Stored records

◇ ◇ ◇ ◇ ◇ ◇ ◇

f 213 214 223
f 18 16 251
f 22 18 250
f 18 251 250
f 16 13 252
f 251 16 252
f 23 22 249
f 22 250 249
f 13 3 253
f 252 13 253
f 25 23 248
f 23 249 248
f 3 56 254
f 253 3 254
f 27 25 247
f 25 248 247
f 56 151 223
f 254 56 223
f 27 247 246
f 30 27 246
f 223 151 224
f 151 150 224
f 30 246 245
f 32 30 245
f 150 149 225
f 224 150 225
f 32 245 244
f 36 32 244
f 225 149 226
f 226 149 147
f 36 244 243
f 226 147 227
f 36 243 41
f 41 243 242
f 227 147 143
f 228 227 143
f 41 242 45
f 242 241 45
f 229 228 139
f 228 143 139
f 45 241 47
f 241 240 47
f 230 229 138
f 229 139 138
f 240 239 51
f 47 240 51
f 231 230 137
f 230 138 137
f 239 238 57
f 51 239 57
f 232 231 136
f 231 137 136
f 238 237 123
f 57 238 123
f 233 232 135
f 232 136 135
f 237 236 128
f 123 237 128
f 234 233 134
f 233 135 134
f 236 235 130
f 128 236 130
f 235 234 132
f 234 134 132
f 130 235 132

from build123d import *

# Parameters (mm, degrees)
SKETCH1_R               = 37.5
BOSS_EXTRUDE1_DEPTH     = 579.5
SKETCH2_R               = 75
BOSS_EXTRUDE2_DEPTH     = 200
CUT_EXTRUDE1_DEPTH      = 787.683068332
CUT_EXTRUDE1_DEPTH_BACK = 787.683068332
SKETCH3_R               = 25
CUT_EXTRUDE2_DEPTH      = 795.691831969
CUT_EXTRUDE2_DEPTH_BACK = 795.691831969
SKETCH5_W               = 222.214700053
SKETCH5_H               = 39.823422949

◇ ◇ ◇ ◇ ◇ ◇ ◇

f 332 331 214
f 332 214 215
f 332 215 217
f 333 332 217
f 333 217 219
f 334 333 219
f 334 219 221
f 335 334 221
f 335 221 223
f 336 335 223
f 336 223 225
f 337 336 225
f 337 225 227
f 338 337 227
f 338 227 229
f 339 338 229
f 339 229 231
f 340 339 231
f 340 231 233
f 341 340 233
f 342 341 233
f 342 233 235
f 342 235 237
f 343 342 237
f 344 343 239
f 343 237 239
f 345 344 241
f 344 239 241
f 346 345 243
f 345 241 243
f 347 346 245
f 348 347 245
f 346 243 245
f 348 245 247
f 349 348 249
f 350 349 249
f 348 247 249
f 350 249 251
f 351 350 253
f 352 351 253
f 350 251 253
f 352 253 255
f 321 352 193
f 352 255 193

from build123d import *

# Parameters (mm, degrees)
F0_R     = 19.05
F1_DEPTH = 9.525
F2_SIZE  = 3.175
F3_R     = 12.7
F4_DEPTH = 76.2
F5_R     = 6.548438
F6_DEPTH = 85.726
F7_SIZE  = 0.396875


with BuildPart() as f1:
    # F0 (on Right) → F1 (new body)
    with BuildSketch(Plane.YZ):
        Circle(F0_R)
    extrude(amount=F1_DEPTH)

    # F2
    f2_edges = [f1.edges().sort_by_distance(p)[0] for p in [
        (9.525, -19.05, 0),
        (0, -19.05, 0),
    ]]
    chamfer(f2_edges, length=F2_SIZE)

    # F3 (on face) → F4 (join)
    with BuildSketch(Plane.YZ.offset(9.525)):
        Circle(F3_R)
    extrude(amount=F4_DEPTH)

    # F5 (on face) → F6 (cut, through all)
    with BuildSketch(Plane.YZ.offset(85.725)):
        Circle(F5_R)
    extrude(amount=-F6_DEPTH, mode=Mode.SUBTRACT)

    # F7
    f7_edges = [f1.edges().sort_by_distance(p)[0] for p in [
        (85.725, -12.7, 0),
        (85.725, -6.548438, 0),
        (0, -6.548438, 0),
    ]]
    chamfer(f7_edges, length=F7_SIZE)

◇ ◇ ◇ ◇ ◇ ◇ ◇

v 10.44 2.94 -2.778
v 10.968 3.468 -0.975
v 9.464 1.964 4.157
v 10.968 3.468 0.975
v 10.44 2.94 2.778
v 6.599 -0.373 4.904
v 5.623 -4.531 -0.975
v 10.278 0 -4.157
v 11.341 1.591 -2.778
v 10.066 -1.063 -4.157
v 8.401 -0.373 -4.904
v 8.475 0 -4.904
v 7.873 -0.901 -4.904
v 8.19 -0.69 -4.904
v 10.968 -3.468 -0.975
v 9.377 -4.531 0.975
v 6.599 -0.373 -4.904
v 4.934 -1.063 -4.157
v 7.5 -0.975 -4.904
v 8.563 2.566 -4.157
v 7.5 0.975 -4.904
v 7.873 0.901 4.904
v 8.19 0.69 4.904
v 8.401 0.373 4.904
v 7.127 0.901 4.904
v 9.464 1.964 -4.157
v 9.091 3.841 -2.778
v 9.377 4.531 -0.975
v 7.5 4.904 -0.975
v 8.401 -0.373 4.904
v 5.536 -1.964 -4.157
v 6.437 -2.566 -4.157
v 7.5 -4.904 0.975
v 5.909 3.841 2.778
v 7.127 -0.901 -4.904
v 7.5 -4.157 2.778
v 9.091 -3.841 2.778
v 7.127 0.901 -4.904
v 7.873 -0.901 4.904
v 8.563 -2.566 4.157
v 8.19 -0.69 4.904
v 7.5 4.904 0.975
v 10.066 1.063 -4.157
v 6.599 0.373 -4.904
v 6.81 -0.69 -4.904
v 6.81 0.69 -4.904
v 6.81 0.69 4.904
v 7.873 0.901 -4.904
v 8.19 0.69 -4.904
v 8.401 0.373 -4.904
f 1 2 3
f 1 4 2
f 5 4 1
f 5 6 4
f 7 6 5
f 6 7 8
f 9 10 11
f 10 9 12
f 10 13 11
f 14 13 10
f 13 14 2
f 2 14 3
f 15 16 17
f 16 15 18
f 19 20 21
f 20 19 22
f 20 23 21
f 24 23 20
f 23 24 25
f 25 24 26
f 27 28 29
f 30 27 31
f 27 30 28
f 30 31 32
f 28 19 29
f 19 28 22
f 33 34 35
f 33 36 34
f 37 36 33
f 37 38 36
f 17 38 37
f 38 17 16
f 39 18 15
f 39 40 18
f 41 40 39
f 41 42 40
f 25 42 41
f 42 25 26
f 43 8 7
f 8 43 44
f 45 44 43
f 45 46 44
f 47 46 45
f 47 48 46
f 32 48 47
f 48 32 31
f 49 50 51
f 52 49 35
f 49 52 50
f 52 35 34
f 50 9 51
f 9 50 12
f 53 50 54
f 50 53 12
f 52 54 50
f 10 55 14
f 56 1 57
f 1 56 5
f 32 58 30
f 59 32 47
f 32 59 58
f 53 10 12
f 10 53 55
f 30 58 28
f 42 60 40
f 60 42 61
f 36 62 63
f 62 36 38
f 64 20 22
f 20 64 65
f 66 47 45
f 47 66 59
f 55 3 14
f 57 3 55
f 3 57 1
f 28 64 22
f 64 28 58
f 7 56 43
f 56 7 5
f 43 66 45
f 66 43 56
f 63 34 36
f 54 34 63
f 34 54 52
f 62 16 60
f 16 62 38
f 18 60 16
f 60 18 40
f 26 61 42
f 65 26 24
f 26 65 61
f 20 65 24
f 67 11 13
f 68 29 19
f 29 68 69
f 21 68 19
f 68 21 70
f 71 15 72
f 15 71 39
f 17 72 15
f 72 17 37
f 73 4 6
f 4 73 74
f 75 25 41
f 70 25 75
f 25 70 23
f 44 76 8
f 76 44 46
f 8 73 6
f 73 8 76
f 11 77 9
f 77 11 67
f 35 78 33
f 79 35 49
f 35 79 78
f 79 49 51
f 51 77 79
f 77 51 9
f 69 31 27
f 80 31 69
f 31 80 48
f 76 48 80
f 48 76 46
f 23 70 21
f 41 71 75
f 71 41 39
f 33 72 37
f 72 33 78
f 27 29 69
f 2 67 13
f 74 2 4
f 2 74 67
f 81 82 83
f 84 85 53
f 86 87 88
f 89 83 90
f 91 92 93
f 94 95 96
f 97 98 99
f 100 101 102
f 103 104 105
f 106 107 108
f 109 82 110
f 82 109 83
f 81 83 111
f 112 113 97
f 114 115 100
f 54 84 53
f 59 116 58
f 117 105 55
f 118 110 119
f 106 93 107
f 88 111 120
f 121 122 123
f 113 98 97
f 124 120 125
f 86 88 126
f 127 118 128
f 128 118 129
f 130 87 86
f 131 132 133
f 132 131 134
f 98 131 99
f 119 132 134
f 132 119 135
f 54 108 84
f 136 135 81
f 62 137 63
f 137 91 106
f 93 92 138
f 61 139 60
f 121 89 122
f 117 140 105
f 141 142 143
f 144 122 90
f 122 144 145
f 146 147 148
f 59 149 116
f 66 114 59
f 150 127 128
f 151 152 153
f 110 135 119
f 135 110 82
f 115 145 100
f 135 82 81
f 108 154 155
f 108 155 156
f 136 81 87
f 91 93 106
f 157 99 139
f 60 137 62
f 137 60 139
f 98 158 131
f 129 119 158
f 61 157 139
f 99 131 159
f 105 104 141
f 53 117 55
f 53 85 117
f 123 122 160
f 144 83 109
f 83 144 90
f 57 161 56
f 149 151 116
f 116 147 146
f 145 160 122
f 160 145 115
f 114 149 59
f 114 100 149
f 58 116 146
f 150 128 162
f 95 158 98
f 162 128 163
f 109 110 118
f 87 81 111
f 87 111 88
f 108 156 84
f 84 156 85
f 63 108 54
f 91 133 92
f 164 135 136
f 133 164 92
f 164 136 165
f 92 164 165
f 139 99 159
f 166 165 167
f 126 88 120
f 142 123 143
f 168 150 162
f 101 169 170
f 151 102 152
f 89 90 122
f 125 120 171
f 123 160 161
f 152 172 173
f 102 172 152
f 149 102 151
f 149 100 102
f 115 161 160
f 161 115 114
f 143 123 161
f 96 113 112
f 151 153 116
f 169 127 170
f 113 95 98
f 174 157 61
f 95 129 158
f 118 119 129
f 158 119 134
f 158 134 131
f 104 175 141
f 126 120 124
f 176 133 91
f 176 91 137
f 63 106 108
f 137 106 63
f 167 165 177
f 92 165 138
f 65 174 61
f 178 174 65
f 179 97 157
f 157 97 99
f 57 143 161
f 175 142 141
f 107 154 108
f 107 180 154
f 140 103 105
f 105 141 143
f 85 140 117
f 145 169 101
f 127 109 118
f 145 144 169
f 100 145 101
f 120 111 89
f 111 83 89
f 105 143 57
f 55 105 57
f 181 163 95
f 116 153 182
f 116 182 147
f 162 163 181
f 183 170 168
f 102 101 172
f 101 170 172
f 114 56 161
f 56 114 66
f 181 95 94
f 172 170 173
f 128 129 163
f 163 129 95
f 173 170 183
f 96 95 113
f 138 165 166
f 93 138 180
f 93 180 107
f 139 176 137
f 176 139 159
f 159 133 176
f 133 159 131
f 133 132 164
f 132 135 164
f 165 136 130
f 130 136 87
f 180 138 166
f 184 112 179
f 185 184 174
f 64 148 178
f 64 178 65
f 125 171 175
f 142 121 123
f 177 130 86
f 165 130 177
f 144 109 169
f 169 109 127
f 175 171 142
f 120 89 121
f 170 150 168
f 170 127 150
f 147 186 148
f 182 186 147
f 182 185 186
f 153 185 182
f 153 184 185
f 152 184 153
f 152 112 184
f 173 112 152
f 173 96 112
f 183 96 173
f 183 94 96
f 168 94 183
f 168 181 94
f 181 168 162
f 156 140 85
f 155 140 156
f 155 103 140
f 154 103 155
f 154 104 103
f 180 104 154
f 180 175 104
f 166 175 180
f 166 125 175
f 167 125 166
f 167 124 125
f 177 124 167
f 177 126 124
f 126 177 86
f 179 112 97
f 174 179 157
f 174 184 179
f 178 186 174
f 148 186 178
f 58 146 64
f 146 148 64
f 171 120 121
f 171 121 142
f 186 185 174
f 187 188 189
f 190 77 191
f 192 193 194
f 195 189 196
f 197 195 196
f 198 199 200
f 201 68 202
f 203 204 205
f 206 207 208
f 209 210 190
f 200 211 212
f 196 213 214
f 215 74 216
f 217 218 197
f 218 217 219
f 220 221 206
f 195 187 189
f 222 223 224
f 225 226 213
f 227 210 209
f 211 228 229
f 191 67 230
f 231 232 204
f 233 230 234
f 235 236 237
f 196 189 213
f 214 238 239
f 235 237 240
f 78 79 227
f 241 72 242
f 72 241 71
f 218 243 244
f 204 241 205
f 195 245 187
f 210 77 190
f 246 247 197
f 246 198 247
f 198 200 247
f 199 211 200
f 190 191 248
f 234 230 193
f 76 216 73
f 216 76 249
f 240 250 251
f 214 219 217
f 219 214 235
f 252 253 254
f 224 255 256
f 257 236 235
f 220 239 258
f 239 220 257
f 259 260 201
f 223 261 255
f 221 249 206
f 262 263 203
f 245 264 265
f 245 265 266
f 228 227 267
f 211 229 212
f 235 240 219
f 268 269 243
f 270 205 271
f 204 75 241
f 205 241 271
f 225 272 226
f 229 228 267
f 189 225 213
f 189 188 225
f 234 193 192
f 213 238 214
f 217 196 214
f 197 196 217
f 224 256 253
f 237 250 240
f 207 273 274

◇ ◇ ◇ ◇ ◇ ◇ ◇

Every line in the records above that contains the word "Plane" is to be copied out.

■ Completed exercise ■
    with BuildSketch(Plane.YZ):
    with BuildSketch(Plane.YZ.offset(9.525)):
    with BuildSketch(Plane.YZ.offset(85.725)):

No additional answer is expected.